**Your task**: Once the line with "f 351 373 374" is found in the entries below, print it and each following line exactly, stopping after the line with "f 408 353 407"; print nothing else.

**Records for the exercise**:
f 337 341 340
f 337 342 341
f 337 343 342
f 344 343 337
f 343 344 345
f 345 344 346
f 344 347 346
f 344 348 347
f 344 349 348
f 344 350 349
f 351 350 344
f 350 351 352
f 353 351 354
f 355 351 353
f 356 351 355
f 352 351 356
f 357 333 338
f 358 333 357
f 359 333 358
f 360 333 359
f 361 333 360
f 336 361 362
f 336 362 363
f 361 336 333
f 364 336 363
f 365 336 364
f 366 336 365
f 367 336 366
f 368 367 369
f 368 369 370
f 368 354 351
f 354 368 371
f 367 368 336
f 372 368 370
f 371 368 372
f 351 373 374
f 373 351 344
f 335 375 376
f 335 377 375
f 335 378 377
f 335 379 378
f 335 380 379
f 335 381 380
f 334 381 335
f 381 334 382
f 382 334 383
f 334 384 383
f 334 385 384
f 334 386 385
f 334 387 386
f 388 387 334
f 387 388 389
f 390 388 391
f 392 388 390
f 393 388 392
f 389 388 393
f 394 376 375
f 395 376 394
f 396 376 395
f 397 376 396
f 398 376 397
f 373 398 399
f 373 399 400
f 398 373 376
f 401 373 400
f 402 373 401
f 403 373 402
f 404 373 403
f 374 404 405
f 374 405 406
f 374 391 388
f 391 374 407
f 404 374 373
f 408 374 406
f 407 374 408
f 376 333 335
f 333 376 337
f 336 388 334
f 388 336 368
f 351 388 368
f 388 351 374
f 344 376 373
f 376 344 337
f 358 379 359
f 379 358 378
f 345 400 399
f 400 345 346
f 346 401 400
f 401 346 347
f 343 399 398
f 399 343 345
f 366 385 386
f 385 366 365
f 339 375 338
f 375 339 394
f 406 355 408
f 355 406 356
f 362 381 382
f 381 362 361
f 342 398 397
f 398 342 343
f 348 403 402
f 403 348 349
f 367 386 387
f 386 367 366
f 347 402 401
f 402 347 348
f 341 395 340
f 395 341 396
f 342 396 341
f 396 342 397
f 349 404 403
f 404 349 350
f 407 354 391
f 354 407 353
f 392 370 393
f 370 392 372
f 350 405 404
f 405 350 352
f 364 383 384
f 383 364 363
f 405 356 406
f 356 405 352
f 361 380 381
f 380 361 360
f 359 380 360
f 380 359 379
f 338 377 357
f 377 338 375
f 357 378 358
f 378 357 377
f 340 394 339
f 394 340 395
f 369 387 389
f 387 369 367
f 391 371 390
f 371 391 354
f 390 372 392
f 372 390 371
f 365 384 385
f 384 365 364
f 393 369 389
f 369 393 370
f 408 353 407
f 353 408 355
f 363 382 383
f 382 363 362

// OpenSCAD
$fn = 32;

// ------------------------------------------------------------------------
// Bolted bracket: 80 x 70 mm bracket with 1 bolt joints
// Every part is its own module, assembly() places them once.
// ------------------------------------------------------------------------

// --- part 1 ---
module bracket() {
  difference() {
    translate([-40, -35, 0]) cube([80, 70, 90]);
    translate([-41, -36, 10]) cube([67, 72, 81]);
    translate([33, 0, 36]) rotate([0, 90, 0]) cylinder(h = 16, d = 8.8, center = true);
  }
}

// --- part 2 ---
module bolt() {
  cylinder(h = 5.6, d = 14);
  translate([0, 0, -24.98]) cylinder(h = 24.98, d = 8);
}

==

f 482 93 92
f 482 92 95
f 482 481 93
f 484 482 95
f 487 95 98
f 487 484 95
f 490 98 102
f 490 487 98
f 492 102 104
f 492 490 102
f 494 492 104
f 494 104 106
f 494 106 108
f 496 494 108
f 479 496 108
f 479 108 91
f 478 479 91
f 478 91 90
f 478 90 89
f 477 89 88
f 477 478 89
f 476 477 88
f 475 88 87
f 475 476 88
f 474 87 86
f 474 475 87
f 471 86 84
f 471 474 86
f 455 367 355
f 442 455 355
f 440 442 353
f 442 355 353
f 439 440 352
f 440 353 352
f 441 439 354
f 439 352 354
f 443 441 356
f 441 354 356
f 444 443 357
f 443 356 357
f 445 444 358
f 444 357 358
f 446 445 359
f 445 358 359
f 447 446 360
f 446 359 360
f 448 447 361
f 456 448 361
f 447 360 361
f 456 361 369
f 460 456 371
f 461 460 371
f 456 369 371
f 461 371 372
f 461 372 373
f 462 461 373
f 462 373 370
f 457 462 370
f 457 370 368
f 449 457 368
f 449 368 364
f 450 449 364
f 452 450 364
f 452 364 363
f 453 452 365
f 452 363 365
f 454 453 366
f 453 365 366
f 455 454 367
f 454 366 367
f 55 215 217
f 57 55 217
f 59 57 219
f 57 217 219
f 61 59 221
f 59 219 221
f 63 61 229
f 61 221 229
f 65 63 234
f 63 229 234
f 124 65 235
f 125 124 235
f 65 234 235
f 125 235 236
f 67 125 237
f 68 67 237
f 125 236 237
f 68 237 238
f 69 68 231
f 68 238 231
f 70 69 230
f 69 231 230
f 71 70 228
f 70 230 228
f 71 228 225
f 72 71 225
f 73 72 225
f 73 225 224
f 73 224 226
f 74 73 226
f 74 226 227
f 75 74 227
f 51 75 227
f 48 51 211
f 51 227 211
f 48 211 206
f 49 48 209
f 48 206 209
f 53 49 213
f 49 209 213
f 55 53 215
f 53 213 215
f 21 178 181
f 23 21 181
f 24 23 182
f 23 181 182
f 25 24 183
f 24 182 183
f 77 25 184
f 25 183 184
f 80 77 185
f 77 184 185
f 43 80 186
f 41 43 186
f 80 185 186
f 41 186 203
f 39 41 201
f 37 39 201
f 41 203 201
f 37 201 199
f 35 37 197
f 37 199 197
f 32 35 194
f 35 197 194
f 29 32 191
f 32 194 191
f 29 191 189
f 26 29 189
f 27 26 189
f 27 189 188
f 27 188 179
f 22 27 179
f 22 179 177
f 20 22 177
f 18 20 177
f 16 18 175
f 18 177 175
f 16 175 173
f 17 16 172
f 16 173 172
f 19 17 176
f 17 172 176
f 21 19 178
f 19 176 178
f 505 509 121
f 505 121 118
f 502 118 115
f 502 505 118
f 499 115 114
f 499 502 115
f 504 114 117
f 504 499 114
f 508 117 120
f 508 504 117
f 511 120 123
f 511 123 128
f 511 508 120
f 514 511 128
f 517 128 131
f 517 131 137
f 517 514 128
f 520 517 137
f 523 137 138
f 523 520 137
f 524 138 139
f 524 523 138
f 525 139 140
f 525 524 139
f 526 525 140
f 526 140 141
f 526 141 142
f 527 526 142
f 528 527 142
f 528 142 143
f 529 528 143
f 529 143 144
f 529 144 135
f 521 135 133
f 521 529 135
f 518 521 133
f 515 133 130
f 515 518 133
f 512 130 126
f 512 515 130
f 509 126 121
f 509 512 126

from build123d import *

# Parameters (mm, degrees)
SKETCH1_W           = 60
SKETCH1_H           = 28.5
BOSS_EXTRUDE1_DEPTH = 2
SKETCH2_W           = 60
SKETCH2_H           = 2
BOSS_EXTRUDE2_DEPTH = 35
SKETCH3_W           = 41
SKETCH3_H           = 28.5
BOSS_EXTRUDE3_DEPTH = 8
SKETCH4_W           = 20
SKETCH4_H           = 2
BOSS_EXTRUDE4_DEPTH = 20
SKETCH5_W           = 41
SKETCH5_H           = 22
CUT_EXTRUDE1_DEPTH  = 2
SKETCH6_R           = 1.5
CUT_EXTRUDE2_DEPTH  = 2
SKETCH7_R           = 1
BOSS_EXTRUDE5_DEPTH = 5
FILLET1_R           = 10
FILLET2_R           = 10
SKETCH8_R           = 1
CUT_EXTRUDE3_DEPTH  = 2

**Exercise response**:
f 351 373 374
f 373 351 344
f 335 375 376
f 335 377 375
f 335 378 377
f 335 379 378
f 335 380 379
f 335 381 380
f 334 381 335
f 381 334 382
f 382 334 383
f 334 384 383
f 334 385 384
f 334 386 385
f 334 387 386
f 388 387 334
f 387 388 389
f 390 388 391
f 392 388 390
f 393 388 392
f 389 388 393
f 394 376 375
f 395 376 394
f 396 376 395
f 397 376 396
f 398 376 397
f 373 398 399
f 373 399 400
f 398 373 376
f 401 373 400
f 402 373 401
f 403 373 402
f 404 373 403
f 374 404 405
f 374 405 406
f 374 391 388
f 391 374 407
f 404 374 373
f 408 374 406
f 407 374 408
f 376 333 335
f 333 376 337
f 336 388 334
f 388 336 368
f 351 388 368
f 388 351 374
f 344 376 373
f 376 344 337
f 358 379 359
f 379 358 378
f 345 400 399
f 400 345 346
f 346 401 400
f 401 346 347
f 343 399 398
f 399 343 345
f 366 385 386
f 385 366 365
f 339 375 338
f 375 339 394
f 406 355 408
f 355 406 356
f 362 381 382
f 381 362 361
f 342 398 397
f 398 342 343
f 348 403 402
f 403 348 349
f 367 386 387
f 386 367 366
f 347 402 401
f 402 347 348
f 341 395 340
f 395 341 396
f 342 396 341
f 396 342 397
f 349 404 403
f 404 349 350
f 407 354 391
f 354 407 353
f 392 370 393
f 370 392 372
f 350 405 404
f 405 350 352
f 364 383 384
f 383 364 363
f 405 356 406
f 356 405 352
f 361 380 381
f 380 361 360
f 359 380 360
f 380 359 379
f 338 377 357
f 377 338 375
f 357 378 358
f 378 357 377
f 340 394 339
f 394 340 395
f 369 387 389
f 387 369 367
f 391 371 390
f 371 391 354
f 390 372 392
f 372 390 371
f 365 384 385
f 384 365 364
f 393 369 389
f 369 393 370
f 408 353 407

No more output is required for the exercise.